# [Input material]

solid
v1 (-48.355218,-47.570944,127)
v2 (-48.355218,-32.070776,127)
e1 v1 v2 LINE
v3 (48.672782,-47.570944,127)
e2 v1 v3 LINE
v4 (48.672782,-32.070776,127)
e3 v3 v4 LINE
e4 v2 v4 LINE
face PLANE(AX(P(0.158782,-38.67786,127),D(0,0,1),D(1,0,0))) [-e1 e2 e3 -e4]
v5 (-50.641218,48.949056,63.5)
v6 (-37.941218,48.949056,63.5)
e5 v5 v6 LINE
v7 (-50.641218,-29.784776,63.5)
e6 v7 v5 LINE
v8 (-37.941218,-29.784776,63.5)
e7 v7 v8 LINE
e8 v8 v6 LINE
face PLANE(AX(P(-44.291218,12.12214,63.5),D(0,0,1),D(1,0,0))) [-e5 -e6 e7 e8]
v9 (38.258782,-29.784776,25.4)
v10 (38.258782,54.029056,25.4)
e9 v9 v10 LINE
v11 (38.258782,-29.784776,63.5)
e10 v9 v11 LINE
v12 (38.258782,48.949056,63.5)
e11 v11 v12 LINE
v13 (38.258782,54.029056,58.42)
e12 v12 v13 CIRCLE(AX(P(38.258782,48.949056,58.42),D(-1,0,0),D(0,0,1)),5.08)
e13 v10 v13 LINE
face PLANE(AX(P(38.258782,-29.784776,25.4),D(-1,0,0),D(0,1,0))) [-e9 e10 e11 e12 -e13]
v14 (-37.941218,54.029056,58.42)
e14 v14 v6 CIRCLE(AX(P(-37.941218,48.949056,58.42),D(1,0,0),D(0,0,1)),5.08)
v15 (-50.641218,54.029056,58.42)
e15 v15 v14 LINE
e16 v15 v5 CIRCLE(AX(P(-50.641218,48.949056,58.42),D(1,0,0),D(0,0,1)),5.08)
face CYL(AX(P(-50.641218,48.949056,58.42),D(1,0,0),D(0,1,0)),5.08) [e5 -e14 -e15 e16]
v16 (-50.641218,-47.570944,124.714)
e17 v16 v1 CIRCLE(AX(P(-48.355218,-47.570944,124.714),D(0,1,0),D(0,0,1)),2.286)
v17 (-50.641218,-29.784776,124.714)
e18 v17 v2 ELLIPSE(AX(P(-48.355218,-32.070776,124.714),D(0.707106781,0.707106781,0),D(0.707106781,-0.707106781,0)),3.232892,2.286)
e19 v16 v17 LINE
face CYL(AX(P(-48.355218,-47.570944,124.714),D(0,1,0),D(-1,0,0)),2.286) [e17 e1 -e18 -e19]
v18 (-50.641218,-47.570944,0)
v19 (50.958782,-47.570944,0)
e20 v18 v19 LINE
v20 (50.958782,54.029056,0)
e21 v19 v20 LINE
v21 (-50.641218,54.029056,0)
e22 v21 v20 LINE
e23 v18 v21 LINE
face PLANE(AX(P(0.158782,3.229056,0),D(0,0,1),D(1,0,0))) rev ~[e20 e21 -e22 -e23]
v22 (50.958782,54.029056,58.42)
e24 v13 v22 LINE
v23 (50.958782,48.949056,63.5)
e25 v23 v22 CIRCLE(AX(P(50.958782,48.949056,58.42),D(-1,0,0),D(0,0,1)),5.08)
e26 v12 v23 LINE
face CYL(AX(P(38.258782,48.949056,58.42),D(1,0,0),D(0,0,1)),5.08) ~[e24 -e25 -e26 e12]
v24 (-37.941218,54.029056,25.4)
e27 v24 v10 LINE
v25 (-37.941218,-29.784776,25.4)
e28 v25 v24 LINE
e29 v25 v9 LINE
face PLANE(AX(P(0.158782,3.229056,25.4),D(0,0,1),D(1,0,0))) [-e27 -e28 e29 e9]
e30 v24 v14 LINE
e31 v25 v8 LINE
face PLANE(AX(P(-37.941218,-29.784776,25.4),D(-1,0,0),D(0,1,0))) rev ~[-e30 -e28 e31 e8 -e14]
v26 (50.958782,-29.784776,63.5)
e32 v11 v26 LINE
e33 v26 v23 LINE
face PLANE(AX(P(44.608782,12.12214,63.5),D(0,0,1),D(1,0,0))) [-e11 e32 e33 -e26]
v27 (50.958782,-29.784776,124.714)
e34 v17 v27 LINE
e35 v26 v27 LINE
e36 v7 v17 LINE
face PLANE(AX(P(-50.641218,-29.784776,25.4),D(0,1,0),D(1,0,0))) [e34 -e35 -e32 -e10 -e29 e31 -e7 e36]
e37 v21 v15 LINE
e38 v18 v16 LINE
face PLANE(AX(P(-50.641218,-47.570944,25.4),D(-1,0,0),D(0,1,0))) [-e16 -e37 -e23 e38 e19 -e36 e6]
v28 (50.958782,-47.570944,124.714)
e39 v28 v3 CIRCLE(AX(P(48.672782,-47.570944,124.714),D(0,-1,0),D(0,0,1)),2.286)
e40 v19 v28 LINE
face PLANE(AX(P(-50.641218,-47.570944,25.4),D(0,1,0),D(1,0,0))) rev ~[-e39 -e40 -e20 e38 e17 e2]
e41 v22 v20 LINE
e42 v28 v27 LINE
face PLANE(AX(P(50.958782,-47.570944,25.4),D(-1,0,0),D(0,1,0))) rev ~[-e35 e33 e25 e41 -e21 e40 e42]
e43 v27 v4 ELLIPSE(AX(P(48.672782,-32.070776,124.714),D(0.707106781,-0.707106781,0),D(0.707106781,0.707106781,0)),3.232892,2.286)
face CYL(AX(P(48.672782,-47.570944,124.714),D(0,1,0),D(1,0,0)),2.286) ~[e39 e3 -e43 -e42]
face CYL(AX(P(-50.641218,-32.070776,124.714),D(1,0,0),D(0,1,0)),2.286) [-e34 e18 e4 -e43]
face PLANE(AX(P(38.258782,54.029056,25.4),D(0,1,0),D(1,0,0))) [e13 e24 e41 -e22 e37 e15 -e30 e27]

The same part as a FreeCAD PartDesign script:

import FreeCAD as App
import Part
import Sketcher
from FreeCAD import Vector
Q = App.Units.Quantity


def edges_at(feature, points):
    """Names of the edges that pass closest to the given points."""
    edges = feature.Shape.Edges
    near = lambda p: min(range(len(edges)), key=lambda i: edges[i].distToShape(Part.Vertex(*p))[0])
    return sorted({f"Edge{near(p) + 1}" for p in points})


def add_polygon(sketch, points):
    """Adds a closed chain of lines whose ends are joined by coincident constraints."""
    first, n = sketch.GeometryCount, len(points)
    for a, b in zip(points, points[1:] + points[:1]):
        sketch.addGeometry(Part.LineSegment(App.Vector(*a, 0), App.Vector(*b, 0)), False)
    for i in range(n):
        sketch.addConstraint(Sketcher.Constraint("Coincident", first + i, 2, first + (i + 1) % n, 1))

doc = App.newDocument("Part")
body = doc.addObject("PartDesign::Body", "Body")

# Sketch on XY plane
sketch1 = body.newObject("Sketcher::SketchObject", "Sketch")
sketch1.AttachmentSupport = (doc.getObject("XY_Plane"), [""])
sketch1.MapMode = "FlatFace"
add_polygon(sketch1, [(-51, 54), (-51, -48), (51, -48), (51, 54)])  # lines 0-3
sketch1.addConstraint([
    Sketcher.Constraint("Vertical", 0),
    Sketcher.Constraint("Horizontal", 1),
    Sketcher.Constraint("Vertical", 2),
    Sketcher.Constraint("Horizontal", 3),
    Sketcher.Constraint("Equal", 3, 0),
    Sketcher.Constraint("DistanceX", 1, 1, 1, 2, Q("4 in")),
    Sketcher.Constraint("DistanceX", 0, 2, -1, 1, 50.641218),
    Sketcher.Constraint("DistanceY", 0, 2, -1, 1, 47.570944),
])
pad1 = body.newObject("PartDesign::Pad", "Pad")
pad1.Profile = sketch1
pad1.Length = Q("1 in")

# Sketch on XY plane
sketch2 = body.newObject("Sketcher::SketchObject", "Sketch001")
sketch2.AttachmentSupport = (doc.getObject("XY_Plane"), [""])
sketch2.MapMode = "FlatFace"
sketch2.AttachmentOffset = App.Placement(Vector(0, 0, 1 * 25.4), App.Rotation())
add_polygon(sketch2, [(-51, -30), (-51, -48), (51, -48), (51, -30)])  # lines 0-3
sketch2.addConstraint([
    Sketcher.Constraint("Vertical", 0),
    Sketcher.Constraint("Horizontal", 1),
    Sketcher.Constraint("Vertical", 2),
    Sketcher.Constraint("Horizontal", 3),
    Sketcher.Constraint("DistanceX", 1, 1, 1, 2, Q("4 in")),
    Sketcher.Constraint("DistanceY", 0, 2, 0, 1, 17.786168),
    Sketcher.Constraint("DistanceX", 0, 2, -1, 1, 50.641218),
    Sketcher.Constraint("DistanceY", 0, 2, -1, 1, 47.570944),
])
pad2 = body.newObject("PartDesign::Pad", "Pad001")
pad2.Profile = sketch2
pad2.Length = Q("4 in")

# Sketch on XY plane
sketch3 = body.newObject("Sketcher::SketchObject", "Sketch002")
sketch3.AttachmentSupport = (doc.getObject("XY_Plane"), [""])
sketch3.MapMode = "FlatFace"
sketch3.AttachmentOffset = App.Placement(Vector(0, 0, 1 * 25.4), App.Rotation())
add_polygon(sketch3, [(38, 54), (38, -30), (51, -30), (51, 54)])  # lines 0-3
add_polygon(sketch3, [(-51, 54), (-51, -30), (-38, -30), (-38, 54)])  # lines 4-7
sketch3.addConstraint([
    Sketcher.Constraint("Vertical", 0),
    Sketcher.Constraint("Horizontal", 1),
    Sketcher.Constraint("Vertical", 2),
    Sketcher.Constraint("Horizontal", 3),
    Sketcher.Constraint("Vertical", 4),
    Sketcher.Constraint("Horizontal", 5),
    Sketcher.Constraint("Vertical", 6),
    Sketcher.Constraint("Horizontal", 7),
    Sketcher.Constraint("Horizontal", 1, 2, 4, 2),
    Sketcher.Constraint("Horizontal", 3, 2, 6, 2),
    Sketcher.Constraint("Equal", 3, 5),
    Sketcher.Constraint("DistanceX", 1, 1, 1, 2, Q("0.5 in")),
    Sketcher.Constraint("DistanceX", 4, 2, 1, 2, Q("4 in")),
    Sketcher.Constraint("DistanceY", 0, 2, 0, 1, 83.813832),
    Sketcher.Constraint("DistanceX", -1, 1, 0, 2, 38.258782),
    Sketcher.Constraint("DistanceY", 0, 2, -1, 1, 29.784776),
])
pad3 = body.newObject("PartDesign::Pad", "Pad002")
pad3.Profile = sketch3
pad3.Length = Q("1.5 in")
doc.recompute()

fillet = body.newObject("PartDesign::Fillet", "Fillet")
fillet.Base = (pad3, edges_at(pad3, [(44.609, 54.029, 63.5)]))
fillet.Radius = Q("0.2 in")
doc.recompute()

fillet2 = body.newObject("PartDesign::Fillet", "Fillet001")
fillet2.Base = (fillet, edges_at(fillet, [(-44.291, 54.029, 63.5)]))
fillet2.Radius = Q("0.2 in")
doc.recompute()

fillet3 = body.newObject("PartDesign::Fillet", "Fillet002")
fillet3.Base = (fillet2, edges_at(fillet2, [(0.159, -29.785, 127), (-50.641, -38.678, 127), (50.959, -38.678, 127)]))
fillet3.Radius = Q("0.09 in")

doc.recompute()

* * *

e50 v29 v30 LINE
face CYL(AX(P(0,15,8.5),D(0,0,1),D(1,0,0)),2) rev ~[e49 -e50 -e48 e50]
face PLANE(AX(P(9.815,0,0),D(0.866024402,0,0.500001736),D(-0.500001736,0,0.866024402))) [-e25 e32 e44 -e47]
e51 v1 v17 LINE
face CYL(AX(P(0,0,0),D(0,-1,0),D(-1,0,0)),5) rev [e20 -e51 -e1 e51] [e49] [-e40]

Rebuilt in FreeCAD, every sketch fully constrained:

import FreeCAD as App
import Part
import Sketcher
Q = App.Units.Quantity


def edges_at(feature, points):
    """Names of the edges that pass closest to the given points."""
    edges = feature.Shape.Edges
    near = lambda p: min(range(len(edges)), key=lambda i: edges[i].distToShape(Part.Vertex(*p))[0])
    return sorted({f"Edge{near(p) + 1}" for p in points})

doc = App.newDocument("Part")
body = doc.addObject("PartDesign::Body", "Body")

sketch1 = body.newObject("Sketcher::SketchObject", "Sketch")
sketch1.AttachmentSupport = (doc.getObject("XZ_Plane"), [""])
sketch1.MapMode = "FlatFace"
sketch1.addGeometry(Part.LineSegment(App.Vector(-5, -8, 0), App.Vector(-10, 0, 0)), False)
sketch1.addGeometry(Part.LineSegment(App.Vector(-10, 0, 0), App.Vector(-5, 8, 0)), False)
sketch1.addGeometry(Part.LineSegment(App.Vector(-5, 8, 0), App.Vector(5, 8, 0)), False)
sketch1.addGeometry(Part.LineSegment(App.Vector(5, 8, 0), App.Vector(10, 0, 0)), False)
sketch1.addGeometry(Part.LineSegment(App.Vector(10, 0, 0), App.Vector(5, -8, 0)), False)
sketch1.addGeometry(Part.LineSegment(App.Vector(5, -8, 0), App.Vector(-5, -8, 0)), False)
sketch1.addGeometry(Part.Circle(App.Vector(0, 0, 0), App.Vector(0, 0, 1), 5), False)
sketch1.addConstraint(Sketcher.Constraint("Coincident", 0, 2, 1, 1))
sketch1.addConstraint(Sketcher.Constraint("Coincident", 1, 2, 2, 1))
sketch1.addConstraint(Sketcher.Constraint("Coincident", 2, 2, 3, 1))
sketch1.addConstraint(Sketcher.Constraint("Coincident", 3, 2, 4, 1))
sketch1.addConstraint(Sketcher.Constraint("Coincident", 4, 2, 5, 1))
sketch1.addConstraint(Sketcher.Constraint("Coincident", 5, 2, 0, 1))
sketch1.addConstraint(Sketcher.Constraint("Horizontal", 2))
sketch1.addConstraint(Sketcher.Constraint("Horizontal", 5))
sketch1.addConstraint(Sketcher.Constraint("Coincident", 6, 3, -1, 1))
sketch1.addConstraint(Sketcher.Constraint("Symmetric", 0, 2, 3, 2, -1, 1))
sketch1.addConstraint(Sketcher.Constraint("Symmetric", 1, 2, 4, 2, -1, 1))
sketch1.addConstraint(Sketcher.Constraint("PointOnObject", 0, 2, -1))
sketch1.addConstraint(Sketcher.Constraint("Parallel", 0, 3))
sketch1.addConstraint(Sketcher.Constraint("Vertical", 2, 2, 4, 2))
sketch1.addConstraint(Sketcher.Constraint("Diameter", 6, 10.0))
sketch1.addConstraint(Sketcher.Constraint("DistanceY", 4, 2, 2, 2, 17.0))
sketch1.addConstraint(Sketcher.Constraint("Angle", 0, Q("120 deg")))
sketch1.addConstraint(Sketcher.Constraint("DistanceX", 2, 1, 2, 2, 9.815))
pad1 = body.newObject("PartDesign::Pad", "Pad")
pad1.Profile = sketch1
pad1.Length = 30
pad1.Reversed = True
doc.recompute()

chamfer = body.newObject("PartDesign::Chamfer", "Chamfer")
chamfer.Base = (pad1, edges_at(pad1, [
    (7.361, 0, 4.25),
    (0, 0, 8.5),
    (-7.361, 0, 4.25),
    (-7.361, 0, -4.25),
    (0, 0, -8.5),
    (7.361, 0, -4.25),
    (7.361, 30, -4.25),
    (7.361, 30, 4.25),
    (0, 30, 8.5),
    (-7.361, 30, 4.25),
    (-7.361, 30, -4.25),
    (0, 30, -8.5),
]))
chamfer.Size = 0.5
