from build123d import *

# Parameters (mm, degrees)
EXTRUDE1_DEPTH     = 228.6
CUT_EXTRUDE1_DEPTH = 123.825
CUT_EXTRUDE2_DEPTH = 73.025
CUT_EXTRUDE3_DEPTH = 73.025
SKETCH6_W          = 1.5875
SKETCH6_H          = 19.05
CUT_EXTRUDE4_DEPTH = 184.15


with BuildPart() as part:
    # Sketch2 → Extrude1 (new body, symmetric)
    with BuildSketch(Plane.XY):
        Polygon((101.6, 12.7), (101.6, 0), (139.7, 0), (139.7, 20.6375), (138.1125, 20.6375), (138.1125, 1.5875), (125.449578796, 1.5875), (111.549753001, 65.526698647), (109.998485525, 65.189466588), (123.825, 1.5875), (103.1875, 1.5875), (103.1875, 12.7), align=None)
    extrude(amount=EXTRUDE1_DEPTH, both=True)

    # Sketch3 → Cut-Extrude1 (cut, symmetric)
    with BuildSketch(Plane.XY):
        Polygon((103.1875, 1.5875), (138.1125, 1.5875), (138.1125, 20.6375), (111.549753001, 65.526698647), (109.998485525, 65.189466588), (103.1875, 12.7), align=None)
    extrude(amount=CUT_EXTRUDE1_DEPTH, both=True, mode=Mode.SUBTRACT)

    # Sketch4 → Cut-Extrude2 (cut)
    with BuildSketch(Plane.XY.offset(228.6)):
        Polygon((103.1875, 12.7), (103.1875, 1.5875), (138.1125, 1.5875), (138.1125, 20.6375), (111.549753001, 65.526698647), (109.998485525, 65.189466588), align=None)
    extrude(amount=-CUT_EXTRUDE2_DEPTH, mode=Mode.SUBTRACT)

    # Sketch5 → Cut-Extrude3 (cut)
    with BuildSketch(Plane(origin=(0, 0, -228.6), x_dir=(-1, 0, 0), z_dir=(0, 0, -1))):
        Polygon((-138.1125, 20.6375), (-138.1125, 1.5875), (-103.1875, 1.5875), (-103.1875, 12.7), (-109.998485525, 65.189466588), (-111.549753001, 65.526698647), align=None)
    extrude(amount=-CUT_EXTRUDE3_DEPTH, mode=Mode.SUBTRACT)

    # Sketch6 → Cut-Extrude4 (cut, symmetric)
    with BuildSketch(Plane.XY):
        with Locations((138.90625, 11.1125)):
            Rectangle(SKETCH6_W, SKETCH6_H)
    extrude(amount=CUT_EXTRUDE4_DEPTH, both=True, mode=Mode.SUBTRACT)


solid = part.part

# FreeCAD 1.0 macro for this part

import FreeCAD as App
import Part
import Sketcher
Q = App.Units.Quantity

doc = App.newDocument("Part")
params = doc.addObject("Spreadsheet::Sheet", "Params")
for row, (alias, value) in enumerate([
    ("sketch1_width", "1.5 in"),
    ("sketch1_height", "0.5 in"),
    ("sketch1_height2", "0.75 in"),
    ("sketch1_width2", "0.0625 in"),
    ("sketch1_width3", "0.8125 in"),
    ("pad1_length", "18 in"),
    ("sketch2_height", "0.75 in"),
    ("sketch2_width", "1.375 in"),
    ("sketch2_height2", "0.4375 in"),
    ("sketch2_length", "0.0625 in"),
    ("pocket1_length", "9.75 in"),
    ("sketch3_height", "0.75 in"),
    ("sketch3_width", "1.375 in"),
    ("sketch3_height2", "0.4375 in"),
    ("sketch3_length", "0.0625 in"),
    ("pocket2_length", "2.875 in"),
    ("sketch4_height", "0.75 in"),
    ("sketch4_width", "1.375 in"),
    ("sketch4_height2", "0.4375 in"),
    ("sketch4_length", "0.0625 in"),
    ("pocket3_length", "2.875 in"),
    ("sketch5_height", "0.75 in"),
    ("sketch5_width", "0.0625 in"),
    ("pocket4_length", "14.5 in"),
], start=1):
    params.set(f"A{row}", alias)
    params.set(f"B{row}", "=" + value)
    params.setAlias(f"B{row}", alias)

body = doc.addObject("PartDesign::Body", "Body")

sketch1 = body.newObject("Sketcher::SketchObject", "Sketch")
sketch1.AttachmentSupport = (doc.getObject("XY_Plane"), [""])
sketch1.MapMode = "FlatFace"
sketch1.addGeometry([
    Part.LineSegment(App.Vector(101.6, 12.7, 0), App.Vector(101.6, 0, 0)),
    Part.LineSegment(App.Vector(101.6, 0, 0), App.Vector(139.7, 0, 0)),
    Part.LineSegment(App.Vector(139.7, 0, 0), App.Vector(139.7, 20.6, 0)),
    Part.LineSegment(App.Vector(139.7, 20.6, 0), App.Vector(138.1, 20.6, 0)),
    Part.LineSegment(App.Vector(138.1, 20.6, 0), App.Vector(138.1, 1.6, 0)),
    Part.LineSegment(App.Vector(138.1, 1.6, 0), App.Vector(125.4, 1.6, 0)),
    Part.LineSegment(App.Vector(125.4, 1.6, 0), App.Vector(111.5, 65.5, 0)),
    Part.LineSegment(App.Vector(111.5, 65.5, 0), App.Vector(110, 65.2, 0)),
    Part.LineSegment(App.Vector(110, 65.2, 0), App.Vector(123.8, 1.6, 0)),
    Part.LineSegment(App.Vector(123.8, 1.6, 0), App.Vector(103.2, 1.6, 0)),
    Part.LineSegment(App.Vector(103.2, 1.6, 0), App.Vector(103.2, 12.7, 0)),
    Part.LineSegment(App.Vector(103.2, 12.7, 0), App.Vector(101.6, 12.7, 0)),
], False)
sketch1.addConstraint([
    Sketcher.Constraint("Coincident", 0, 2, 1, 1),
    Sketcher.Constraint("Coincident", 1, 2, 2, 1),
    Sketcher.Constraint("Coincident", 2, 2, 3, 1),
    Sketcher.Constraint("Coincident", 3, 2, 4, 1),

# [Task requirements]
Starting at the line above that contains "e41 v22 v20 LINE", write out each line exactly until the line that contains "The same part" has been written, and stop there.

# [Expected answer]
e41 v22 v20 LINE
e42 v28 v27 LINE
face PLANE(AX(P(50.958782,-47.570944,25.4),D(-1,0,0),D(0,1,0))) rev ~[-e35 e33 e25 e41 -e21 e40 e42]
e43 v27 v4 ELLIPSE(AX(P(48.672782,-32.070776,124.714),D(0.707106781,-0.707106781,0),D(0.707106781,0.707106781,0)),3.232892,2.286)
face CYL(AX(P(48.672782,-47.570944,124.714),D(0,1,0),D(1,0,0)),2.286) ~[e39 e3 -e43 -e42]
face CYL(AX(P(-50.641218,-32.070776,124.714),D(1,0,0),D(0,1,0)),2.286) [-e34 e18 e4 -e43]
face PLANE(AX(P(38.258782,54.029056,25.4),D(0,1,0),D(1,0,0))) [e13 e24 e41 -e22 e37 e15 -e30 e27]

The same part as a FreeCAD PartDesign script:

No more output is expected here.